Aqui, o Modernismo foi conhecido pela liberdade, pois os artistas da época não queriam ser obrigados a nada. Eles deixaram de trabalhar as características das fases anteriores, porque não queriam contemplar a realidade brasileira e muito menos escrever com uma linguagem mais popular. Suas obras eram dedicadas a refletir a psique humana.

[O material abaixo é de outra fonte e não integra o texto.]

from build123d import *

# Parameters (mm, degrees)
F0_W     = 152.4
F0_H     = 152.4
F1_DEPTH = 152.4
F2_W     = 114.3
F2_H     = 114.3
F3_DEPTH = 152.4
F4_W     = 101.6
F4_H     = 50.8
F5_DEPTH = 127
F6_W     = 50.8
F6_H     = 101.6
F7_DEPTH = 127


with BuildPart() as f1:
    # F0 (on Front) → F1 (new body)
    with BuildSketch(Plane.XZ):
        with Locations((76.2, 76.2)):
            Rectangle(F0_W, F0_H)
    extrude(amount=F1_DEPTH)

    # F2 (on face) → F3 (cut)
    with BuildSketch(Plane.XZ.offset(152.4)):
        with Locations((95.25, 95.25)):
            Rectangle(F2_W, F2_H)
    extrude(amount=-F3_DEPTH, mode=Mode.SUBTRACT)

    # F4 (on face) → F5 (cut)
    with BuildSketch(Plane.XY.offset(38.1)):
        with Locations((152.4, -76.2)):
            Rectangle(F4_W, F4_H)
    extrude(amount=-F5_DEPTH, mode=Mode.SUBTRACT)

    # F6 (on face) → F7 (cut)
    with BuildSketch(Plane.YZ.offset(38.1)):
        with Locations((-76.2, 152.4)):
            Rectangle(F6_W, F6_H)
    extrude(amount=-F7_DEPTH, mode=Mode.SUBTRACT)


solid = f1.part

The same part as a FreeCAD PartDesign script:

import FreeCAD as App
import Part
import Sketcher

V = App.Vector
Q = App.Units.Quantity


def add_polygon(sketch, points):
    """Adds a closed chain of lines whose ends are joined by coincident constraints."""
    first, n = sketch.GeometryCount, len(points)
    for a, b in zip(points, points[1:] + points[:1]):
        sketch.addGeometry(Part.LineSegment(App.Vector(*a, 0), App.Vector(*b, 0)), False)
    for i in range(n):
        sketch.addConstraint(Sketcher.Constraint("Coincident", first + i, 2, first + (i + 1) % n, 1))

doc = App.newDocument("Part")
params = doc.addObject("Spreadsheet::Sheet", "Params")
for row, (alias, value) in enumerate([
    ("sketch1_width", "6 in"),
    ("pad1_length", "6 in"),
    ("sketch2_width", "4.5 in"),
    ("pocket1_length", "6 in"),
    ("sketch3_width", "4 in"),
    ("sketch3_height", "2 in"),
    ("pocket2_length", "5 in"),
    ("sketch4_width", "2 in"),
    ("sketch4_height", "4 in"),
    ("pocket3_length", "5 in"),
], start=1):
    params.set(f"A{row}", alias)
    params.set(f"B{row}", "=" + value)
    params.setAlias(f"B{row}", alias)

body = doc.addObject("PartDesign::Body", "Body")

# Sketch on XZ plane
sketch1 = body.newObject("Sketcher::SketchObject", "Sketch")
sketch1.AttachmentSupport = (doc.getObject("XZ_Plane"), [""])
sketch1.MapMode = "FlatFace"
add_polygon(sketch1, [(0, 152), (0, 0), (152, 0), (152, 152)])  # lines 0-3
sketch1.addConstraint(Sketcher.Constraint("Vertical", 0))
sketch1.addConstraint(Sketcher.Constraint("Horizontal", 1))
sketch1.addConstraint(Sketcher.Constraint("Vertical", 2))
sketch1.addConstraint(Sketcher.Constraint("Horizontal", 3))
sketch1.addConstraint(Sketcher.Constraint("Coincident", 0, 2, -1, 1))
sketch1.addConstraint(Sketcher.Constraint("Equal", 3, 0))
sketch1.addConstraint(Sketcher.Constraint("DistanceX", 1, 1, 1, 2, Q("6 in")))
sketch1.setExpression("Constraints[10]", "Params.sketch1_width")
pad1 = body.newObject("PartDesign::Pad", "Pad")
pad1.Profile = sketch1
pad1.setExpression("Length", "Params.pad1_length")

# Sketch on XZ plane
sketch2 = body.newObject("Sketcher::SketchObject", "Sketch001")
sketch2.AttachmentSupport = (doc.getObject("XZ_Plane"), [""])
sketch2.MapMode = "FlatFace"
sketch2.AttachmentOffset = App.Placement(V(0, 0, 6 * 25.4), App.Rotation())
add_polygon(sketch2, [(38, 152), (38, 38), (152, 38), (152, 152)])  # lines 0-3
sketch2.addConstraint(Sketcher.Constraint("Vertical", 0))
sketch2.addConstraint(Sketcher.Constraint("Horizontal", 1))
sketch2.addConstraint(Sketcher.Constraint("Vertical", 2))
sketch2.addConstraint(Sketcher.Constraint("Horizontal", 3))
sketch2.addConstraint(Sketcher.Constraint("Equal", 3, 0))
sketch2.addConstraint(Sketcher.Constraint("DistanceX", 1, 1, 1, 2, Q("4.5 in")))
sketch2.addConstraint(Sketcher.Constraint("DistanceX", -1, 1, 1, 2, Q("6 in")))
sketch2.addConstraint(Sketcher.Constraint("DistanceY", -1, 1, 2, 2, Q("6 in")))
sketch2.setExpression("Constraints[9]", "Params.sketch2_width")
pocket1 = body.newObject("PartDesign::Pocket", "Pocket")
pocket1.Profile = sketch2
pocket1.setExpression("Length", "Params.pocket1_length")

# Sketch on XY plane
sketch3 = body.newObject("Sketcher::SketchObject", "Sketch002")
sketch3.AttachmentSupport = (doc.getObject("XY_Plane"), [""])
sketch3.MapMode = "FlatFace"
sketch3.AttachmentOffset = App.Placement(V(0, 0, 1.5 * 25.4), App.Rotation())
add_polygon(sketch3, [(102, -51), (102, -102), (203, -102), (203, -51)])  # lines 0-3
sketch3.addConstraint(Sketcher.Constraint("Vertical", 0))
sketch3.addConstraint(Sketcher.Constraint("Horizontal", 1))
sketch3.addConstraint(Sketcher.Constraint("Vertical", 2))
sketch3.addConstraint(Sketcher.Constraint("Horizontal", 3))
sketch3.addConstraint(Sketcher.Constraint("DistanceX", 1, 1, 1, 2, Q("4 in")))
sketch3.addConstraint(Sketcher.Constraint("DistanceY", 0, 2, 0, 1, Q("2 in")))
sketch3.addConstraint(Sketcher.Constraint("DistanceX", -1, 1, 0, 2, Q("4 in")))
sketch3.addConstraint(Sketcher.Constraint("DistanceY", 0, 2, -1, 1, Q("4 in")))
sketch3.setExpression("Constraints[8]", "Params.sketch3_width")
sketch3.setExpression("Constraints[9]", "Params.sketch3_height")
pocket2 = body.newObject("PartDesign::Pocket", "Pocket001")
pocket2.Profile = sketch3
pocket2.setExpression("Length", "Params.pocket2_length")

# Sketch on YZ plane
sketch4 = body.newObject("Sketcher::SketchObject", "Sketch003")
sketch4.AttachmentSupport = (doc.getObject("YZ_Plane"), [""])
sketch4.MapMode = "FlatFace"
sketch4.AttachmentOffset = App.Placement(V(0, 0, 1.5 * 25.4), App.Rotation())
add_polygon(sketch4, [(-102, 203), (-102, 102), (-51, 102), (-51, 203)])  # lines 0-3
sketch4.addConstraint(Sketcher.Constraint("Vertical", 0))
sketch4.addConstraint(Sketcher.Constraint("Horizontal", 1))
sketch4.addConstraint(Sketcher.Constraint("Vertical", 2))
sketch4.addConstraint(Sketcher.Constraint("Horizontal", 3))
sketch4.addConstraint(Sketcher.Constraint("DistanceX", 1, 1, 1, 2, Q("2 in")))
sketch4.addConstraint(Sketcher.Constraint("DistanceY", 0, 2, 0, 1, Q("4 in")))
sketch4.addConstraint(Sketcher.Constraint("DistanceX", 0, 2, -1, 1, Q("4 in")))
sketch4.addConstraint(Sketcher.Constraint("DistanceY", -1, 1, 0, 2, Q("4 in")))
sketch4.setExpression("Constraints[8]", "Params.sketch4_width")
sketch4.setExpression("Constraints[9]", "Params.sketch4_height")
pocket3 = body.newObject("PartDesign::Pocket", "Pocket002")
pocket3.Profile = sketch4
pocket3.setExpression("Length", "Params.pocket3_length")

doc.recompute()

Algumas características do Modernismo

Somadas todas as suas fases, o Modernismo teve as seguintes características:

  • Antiacademicismo;
  • Experimentalismo;
  • Crítica à tradição;
  • Nacionalismo;
  • Desconstrução;
  • Renovação estética;
  • Fragmentação;
  • Liberdade formal;
  • Liberdade de criação;
  • Espírito anárquico;
  • Temática sociopolítica.

Principais representantes e obras da arte moderna brasileira

Cartaz/convite da Semana de Arte Moderna. (Artista/Reprodução)Cartaz/convite da Semana de Arte Moderna. (Fonte: Reprodução)

1ª fase (de 1922 a 1930)

  • Oswald de Andrade (1890-1954): Memórias sentimentais de João Miramar (1924) e Pau-brasil (1925).
  • Mário de Andrade (1893-1945): Pauliceia desvairada (1922) e Macunaíma (1928).
  • Manuel Bandeira (1886-1968): Libertinagem (1930).

2ª fase (1930)

  • Carlos Drummond de Andrade (1902-1987) – Obras: Alguma poesia (1930), A Rosa do povo (1945) e Claro Enigma (1951).
  • Murilo Mendes (1901-1975) – Obras: Poemas (1930), A poesia em pânico (1937) e As metamorfoses (1944).
  • Jorge de Lima (1893-1953) – Obras: Novos poemas (1929), O acendedor de lampiões (1932) e O anjo (1934).
  • Cecília Meireles (1901-1964) – Obras: Espectros (1919), Romanceiro da Inconfidência (1953) e Batuque, Samba e Macumba (1935).
  • Vinicius de Moraes (1913-1980) – Obras: Poemas, Sonetos e Baladas (1946), Antologia Poética (1954), Orfeu da Conceição (1954).

3ª fase (1945)

  • Graciliano Ramos (1892-1953) – Obras: Vidas Secas (1938), São Bernardo (1934), Angústia (1936), Memórias do cárcere (1953).
  • José Lins do Rego (1901-1957) – Obras: Menino do Engenho (1932), Doidinho (1933), Banguê (1934) e Fogo morto (1943).
  • Jorge Amado (1912-2001) – Obras: O País do Carnaval (1930), Mar morto (1936) e Capitães da areia (1937).
  • Rachel de Queiroz (1910-2003) – Obras: O quinze (1930), Caminho das pedras (1937) e Memorial de Maria Moura (1992).
  • Érico Veríssimo (1905-1975) – Obras: Olhai os lírios do campo (1938), O Tempo e o Vento – 3 volumes (1948-1961) e Incidente em Antares (1971).